Mais même au-delà de la mise en réseau des sources d’énergie, une socialisation ultérieure du travail ménager avait été enclenchée aux Etats-Unis dès la fin du XIXème siècle. De nombreuses expériences y ont été conduites, visant à mettre en commun ce travail ménager, que ce soit dans un cadre d’auto-organisation des ménages, ou dans un contexte commercial. Charles Nordhoff, journaliste itinérant qui visita de nombreuses communautés aux Etats-Unis dans les années 1870 relate ses observations dans un ouvrage paru 5 ans plus tard The Communistic Societies of the United States, et l’on y apprend que le mouvement du socialisme communautaire prévoyait une réorganisation collective du travail ménager, souvent agrémentée de l’invention d’équipements adaptés à cette mise en commun. Plusieurs cuisines communautaires ont aussi vu le jour en contexte urbain, selon des modèles économiques variés, parfois sous la forme de clubs de restauration, parfois sous la forme de livraison de repas. Les laveries-blanchisseries également se développent en complément de la lessive à la main, et précèdent largement l’invention du lave-linge électrique. Le recours à ces laveries aux Etats-Unis est considérable, et une grande partie des familles de travailleurs new yorkais y a recours au début du XXème siècle.

Une autre manifestation intéressante des premières socialisations du travail ménager sont les appartements-hôtels. Ces derniers se répandent d’abord dans les villes de la côte est après la guerre civile, et sont destinés principalement à des célibataires ou à des familles aisées. Ces nouveaux types d’immeubles proposent des logements individuels accompagnés de services et équipements centralisés gérés par des professionnel.le.s. Les premiers équipements sont un système d’éclairage à gaz et de chauffage de l’eau centralisés, mais les services socialisés se développent progressivement car les architectes y accordent beaucoup d’intérêt. Ainsi apparaissent par exemple des systèmes de nettoyage à aspiration centralisée (avec une bouche d’air dans chaque logement, susceptible d’être ouverte au moment où est actionné l’aspiration au niveau central), des laveries collectives, et parfois même des cuisines collectives avec lieu de restauration collective voire de système de livraison à domicile. Les logements individuels n’ont alors pas de cuisine individuelle, ni d’espaces consacrés au travail ménager.

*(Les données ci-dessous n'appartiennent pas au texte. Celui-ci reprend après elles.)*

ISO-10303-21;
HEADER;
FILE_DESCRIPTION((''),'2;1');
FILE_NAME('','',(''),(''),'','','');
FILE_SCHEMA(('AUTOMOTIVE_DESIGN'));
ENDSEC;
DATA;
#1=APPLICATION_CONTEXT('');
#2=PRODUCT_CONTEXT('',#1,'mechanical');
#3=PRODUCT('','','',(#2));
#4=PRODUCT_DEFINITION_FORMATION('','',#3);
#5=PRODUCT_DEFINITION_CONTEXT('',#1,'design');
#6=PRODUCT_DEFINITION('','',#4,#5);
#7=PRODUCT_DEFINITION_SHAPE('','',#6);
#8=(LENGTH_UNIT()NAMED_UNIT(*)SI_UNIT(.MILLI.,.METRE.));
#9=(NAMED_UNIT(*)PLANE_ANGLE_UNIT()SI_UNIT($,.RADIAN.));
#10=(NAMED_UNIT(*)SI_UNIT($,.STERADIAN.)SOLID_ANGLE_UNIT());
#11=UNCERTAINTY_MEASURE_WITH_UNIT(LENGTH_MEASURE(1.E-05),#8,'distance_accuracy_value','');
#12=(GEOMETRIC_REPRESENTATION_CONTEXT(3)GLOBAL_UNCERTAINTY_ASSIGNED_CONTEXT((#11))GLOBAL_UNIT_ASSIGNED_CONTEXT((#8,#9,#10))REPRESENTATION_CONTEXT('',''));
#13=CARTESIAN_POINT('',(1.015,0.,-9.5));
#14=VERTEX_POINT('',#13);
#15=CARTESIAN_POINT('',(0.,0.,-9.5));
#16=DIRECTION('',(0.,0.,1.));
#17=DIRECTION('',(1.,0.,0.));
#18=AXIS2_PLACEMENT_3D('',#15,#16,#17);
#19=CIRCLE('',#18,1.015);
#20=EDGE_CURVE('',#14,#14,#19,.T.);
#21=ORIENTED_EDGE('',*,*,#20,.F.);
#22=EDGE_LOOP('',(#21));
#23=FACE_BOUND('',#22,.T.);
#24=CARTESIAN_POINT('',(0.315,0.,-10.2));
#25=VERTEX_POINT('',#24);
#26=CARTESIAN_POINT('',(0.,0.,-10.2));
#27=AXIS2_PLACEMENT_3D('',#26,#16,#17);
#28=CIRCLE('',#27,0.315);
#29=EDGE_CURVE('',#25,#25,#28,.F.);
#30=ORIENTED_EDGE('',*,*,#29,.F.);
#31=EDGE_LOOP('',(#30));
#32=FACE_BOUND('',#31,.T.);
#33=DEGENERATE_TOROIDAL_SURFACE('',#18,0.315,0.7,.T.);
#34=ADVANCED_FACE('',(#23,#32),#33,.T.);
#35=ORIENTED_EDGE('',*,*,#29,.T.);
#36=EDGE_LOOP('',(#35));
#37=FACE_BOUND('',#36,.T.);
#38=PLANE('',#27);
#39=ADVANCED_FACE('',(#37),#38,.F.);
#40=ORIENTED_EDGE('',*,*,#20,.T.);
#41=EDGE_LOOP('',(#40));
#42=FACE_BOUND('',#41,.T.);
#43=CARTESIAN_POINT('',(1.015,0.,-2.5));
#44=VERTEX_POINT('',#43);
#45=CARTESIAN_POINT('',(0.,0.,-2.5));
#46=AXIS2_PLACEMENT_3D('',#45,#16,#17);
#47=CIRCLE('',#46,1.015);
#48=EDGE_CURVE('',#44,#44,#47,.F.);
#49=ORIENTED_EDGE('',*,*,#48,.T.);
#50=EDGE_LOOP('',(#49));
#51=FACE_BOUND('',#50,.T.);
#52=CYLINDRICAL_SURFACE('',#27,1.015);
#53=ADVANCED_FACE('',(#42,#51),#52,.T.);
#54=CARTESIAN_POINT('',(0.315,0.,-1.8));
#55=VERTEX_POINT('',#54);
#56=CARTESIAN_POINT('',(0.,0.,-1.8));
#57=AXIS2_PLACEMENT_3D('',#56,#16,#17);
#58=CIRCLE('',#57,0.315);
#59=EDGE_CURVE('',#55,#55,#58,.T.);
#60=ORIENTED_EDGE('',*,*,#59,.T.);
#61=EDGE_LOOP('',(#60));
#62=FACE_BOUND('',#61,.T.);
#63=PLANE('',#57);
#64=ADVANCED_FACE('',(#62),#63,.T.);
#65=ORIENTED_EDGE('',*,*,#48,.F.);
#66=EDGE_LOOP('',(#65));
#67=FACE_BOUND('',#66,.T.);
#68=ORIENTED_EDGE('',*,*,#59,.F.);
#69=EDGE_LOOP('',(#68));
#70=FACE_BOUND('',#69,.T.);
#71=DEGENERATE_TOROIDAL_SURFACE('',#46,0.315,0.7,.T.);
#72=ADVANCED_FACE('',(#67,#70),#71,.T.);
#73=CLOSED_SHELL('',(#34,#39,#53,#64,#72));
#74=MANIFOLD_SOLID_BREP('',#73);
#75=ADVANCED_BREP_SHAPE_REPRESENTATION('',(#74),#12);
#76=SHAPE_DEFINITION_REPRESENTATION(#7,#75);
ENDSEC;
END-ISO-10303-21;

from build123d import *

# Parameters (mm, degrees)
SKETCH1_R           = 1.45
BOSS_EXTRUDE1_DEPTH = 12
FILLET1_R           = 1
SCALE1_SCALE        = 0.7


with BuildPart() as part:
    # Sketch1 → Boss-Extrude1 (new body)
    with BuildSketch(Plane(origin=(0, 0, 0), x_dir=(0, 1, 0), z_dir=(0, 0, 1))):
        with Locations(Location((0, 0, 0), (0, 0, 270))):
            Circle(SKETCH1_R)
    extrude(amount=-BOSS_EXTRUDE1_DEPTH)

    # Fillet1
    fillet1_edges = [part.edges().sort_by_distance(p)[0] for p in [
        (-1.45, 0, 0),
        (-1.45, 0, -12),
    ]]
    fillet(fillet1_edges, radius=FILLET1_R)


with BuildPart() as part_1:
    # Scale1: scaled about (0, 0, -6)
    add(part.part.scale(SCALE1_SCALE).moved(Location((0, 0, -1.8))))


solid = part_1.part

Ces appartements sont très attractifs et incarnent alors le progrès américain dans la vie quotidienne, permettant des gains d’efficacité dans le travail ménager. Ils sont souvent attribués plusieurs mois voire plusieurs années avant la fin de la construction, et ont représenté pendant un temps une véritable alternative au logement individuel pour les classes aisées. Jusqu’aux années 1920, il se construisait dans beaucoup de villes plus d’appartements que de maisons familiales. Mais leur succès a été de relative courte durée, puisqu’ils ont été évincés par le développement de l’offre de logement individuel au début du XXème siècle.

Les conditions de la socialisation du travail ménager : urbanisation et vie collective

Une des conditions principales à la mise en réseau des sources d’énergie ainsi que des expérimentations ayant partiellement socialisé le travail ménager est la concentration urbaine déclenchée par le développement du capitalisme industriel. Celle-ci a amené les travailleurs et travailleuses à vivre dans des espaces de plus en plus concentrés, mais aussi à vivre de plus en plus nombreux dans des logements. Cela a facilité le développement des réseaux d’énergie : les villes ont été équipées en approvisionnement énergétique par réseau bien avant les campagnes et les banlieues.

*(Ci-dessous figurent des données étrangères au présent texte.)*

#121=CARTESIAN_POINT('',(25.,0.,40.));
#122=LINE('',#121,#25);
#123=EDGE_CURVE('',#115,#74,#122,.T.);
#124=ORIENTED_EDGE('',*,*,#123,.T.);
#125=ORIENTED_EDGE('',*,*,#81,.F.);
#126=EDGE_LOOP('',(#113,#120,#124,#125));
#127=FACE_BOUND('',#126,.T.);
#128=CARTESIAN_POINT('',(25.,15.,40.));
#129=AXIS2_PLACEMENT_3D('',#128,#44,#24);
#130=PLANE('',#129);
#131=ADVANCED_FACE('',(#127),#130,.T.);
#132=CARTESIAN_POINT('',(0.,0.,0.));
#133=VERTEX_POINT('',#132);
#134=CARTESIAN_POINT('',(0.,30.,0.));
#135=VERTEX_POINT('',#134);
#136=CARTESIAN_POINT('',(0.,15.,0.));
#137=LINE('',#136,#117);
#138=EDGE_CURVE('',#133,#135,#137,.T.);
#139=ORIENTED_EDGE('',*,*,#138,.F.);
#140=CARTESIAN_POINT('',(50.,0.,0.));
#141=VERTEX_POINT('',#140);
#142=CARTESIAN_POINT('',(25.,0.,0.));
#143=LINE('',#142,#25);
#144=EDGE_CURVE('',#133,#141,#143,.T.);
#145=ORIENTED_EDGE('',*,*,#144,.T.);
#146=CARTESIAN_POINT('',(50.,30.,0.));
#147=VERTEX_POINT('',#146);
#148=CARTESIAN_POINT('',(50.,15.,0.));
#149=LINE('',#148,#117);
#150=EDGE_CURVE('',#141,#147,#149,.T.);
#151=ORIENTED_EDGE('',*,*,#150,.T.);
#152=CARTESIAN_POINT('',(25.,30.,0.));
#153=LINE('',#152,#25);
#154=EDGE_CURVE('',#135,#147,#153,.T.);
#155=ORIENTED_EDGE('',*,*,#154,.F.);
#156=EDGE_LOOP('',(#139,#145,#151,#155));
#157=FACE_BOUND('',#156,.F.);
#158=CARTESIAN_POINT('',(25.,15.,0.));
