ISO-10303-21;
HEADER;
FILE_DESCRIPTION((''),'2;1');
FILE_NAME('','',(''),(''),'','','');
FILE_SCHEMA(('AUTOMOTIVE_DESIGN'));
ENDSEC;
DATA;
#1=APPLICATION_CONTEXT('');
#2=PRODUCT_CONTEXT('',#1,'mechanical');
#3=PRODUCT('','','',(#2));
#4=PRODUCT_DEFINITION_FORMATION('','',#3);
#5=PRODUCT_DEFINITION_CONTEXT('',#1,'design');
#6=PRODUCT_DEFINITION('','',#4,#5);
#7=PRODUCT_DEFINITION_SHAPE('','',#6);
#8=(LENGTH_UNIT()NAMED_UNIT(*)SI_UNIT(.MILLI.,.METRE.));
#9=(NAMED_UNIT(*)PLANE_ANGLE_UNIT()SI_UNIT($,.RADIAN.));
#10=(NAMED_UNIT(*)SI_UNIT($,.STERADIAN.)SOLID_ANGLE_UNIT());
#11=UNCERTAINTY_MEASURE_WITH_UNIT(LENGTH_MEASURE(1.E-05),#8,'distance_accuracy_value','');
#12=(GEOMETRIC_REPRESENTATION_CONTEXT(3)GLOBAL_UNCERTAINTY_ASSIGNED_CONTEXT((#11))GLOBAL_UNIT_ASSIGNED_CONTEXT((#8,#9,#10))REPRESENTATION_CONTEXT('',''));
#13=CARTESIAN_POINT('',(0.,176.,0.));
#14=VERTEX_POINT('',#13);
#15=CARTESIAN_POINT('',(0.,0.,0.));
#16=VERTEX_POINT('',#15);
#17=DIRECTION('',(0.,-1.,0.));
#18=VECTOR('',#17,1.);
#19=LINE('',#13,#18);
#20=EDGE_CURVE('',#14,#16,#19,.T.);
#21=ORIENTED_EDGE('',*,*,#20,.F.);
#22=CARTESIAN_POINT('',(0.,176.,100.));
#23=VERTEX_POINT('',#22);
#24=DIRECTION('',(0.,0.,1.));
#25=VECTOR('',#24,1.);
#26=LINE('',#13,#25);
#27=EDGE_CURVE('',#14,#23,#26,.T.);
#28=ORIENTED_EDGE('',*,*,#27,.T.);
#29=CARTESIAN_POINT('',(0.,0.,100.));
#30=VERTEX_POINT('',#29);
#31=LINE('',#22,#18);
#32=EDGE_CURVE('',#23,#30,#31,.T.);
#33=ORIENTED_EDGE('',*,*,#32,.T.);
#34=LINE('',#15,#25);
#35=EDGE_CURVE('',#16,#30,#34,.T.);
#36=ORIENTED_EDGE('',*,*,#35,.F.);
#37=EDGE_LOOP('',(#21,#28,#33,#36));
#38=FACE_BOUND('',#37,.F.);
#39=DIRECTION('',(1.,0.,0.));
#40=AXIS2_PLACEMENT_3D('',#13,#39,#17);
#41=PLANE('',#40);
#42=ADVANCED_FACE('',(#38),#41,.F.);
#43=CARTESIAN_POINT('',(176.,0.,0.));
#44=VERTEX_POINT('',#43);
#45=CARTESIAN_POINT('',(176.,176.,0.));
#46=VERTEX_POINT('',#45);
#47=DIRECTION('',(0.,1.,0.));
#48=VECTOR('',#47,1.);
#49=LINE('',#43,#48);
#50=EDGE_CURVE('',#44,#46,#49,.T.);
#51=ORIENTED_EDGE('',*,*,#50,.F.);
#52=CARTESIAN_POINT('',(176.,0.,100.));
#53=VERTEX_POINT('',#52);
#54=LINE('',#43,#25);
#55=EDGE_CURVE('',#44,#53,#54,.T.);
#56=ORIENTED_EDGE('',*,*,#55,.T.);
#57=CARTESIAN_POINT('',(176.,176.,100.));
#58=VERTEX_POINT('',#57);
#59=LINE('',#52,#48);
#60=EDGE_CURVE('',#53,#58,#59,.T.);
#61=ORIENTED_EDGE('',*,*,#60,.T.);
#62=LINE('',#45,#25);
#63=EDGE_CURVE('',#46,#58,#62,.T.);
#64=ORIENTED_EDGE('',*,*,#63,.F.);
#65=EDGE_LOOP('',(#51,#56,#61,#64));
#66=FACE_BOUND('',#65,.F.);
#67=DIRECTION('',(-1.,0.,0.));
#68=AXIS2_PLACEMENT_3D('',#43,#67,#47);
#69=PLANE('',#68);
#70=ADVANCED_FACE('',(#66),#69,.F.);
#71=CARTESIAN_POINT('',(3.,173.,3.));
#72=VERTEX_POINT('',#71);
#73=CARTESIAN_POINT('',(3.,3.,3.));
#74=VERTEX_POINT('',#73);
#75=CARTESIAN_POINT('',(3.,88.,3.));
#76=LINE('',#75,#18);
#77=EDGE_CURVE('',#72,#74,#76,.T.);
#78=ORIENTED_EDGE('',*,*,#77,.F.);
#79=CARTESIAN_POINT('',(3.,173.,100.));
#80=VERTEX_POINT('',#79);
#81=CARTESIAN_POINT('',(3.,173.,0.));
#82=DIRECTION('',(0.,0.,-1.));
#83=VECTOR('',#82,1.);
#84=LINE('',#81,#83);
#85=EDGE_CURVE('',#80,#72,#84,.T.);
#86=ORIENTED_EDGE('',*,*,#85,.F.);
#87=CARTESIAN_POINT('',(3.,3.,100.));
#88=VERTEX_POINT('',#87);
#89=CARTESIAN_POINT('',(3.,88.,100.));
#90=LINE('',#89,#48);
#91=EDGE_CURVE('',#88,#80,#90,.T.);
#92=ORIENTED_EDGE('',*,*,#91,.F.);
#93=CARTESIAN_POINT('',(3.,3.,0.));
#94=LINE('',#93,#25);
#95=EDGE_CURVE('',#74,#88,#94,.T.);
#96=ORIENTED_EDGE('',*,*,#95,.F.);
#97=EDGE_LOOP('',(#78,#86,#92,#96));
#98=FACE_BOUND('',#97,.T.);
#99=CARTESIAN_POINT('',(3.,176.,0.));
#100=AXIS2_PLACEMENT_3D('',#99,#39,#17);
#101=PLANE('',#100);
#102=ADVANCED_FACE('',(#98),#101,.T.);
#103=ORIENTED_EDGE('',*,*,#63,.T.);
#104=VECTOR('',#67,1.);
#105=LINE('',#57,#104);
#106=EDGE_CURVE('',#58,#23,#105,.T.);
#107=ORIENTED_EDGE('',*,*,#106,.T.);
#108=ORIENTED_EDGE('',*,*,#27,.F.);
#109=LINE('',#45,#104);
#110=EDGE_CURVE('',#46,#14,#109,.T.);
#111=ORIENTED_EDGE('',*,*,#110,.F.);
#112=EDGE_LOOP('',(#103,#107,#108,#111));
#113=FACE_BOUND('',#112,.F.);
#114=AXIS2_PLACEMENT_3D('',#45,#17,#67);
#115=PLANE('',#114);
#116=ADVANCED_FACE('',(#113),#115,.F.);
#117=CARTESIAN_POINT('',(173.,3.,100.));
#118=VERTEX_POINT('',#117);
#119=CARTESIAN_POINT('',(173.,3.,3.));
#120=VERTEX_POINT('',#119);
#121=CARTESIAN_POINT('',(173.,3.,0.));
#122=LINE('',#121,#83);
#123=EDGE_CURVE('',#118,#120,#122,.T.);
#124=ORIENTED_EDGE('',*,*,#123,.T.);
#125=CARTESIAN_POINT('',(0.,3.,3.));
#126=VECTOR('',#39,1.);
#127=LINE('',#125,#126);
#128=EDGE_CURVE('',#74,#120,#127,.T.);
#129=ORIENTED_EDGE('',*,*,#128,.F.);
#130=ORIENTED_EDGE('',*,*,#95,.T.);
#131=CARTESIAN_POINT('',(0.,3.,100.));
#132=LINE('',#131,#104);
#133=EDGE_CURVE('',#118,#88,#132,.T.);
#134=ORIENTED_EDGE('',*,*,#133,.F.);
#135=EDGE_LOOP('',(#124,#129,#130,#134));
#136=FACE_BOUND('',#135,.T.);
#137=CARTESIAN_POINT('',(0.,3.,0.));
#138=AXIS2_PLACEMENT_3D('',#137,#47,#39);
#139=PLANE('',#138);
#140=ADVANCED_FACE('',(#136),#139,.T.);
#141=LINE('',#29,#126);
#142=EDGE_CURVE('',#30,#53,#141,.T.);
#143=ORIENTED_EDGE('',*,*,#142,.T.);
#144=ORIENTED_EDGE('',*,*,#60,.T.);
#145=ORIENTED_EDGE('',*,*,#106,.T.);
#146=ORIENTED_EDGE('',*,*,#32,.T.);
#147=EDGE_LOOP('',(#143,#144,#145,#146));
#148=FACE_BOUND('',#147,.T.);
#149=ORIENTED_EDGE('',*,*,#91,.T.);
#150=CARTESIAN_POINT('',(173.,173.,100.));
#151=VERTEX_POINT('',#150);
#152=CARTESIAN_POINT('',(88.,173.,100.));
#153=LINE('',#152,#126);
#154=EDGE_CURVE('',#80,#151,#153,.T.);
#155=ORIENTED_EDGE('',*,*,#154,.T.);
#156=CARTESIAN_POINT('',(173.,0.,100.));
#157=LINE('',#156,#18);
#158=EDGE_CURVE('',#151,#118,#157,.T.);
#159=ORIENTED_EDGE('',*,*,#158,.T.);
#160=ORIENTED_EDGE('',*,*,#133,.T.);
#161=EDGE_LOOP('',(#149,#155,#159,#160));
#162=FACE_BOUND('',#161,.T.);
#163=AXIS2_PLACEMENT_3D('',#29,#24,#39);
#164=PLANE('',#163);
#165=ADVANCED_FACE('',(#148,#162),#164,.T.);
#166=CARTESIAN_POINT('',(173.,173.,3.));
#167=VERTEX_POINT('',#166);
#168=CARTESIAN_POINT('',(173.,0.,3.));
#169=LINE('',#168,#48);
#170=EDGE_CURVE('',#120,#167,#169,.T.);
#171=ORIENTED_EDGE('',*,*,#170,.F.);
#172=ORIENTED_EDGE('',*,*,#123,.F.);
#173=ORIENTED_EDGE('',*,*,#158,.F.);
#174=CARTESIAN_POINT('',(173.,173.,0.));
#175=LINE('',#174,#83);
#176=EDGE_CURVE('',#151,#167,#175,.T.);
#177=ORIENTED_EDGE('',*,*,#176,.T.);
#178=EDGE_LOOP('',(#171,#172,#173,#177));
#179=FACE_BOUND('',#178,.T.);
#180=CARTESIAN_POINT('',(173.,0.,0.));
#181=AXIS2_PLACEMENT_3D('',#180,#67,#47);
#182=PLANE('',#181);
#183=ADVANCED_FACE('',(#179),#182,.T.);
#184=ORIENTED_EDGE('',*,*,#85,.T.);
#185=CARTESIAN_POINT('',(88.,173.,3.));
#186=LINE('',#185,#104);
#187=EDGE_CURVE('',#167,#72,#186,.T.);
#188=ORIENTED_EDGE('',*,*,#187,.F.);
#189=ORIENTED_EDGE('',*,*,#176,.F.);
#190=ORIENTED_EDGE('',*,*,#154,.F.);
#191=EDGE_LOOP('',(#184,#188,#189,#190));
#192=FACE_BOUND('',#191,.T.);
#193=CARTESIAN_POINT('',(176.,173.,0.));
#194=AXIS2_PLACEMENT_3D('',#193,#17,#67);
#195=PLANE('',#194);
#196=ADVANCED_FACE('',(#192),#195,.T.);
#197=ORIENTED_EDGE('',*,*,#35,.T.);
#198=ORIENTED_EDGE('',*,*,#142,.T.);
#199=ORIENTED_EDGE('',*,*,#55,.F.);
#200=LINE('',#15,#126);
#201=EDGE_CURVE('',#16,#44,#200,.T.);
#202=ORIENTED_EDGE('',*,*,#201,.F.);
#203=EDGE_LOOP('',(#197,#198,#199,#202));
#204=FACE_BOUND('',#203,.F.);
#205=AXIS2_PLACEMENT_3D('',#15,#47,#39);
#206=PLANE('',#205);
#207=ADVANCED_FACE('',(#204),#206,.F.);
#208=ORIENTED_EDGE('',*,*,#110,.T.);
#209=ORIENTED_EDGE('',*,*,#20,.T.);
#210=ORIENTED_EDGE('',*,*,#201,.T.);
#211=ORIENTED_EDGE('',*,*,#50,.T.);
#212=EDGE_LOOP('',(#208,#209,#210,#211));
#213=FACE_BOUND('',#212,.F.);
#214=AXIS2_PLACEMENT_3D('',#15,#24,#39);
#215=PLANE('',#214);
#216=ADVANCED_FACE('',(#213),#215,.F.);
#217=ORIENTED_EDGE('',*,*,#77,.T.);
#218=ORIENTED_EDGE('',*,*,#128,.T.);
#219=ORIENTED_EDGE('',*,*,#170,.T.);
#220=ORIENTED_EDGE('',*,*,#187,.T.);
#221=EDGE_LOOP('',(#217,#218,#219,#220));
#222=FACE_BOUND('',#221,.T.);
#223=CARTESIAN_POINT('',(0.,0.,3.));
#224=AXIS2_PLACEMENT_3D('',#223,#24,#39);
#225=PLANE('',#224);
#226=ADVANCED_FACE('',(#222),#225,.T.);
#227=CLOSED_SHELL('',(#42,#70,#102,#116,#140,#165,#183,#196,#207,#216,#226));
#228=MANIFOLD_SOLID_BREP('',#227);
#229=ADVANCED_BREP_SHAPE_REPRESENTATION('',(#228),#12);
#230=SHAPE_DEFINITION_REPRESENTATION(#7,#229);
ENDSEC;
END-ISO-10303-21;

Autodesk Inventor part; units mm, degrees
ref_plane "YZ Plane" through (0, 0, 0) normal (1, 0, 0) x (0, 1, 0)
ref_plane "XZ Plane" through (0, 0, 0) normal (0, 1, 0) x (-1, 0, 0)
ref_plane "XY Plane" through (0, 0, 0) normal (0, 0, 1) x (1, 0, 0)
sketch "Sketch1" plane through (0, 0, 0) normal (0, 0, 1) x (1, 0, 0)
  line L0 (0, 0) -> (176, 0)
  line L1 (176, 0) -> (176, 176)
  line L2 (176, 176) -> (0, 176)
  line L3 (0, 176) -> (0, 0)
  dimension "d0" = 176
  dimension "d1" = 176
extrude "Extrusion1" add sketch "Sketch1" along normal blind 100
shell "Shell1" thickness 3 removed faces 1 at (117.3333, 58.6667, 100)
properties part number "gearbox_box"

D’autre part, beaucoup des expériences mentionnées plus haut ont été réalisées dans des lieux de vie collectifs, au niveau de l’immeuble. En 1878, la qualité des services des immeubles d’appartement-hôtels était si élevée, qu’une cour a rendu un jugement stipulant que la présence d’une cuisine et d’une laverie centralisée était la marque distinctive d’un immeuble d’appartement-hôtel. Pour que le processus de socialisation du travail ménager puisse continuer et prendre la même ampleur que dans le cadre de la production industrielle, il aurait fallu que les lieux de vie soient de plus en plus collectifs. Or, ce n’est pas ce qui s’est passé. Au contraire, même, puisque les années 1930 ont connu une politique de développement du logement individuel, en particulier le logement pavillonnaire de banlieue.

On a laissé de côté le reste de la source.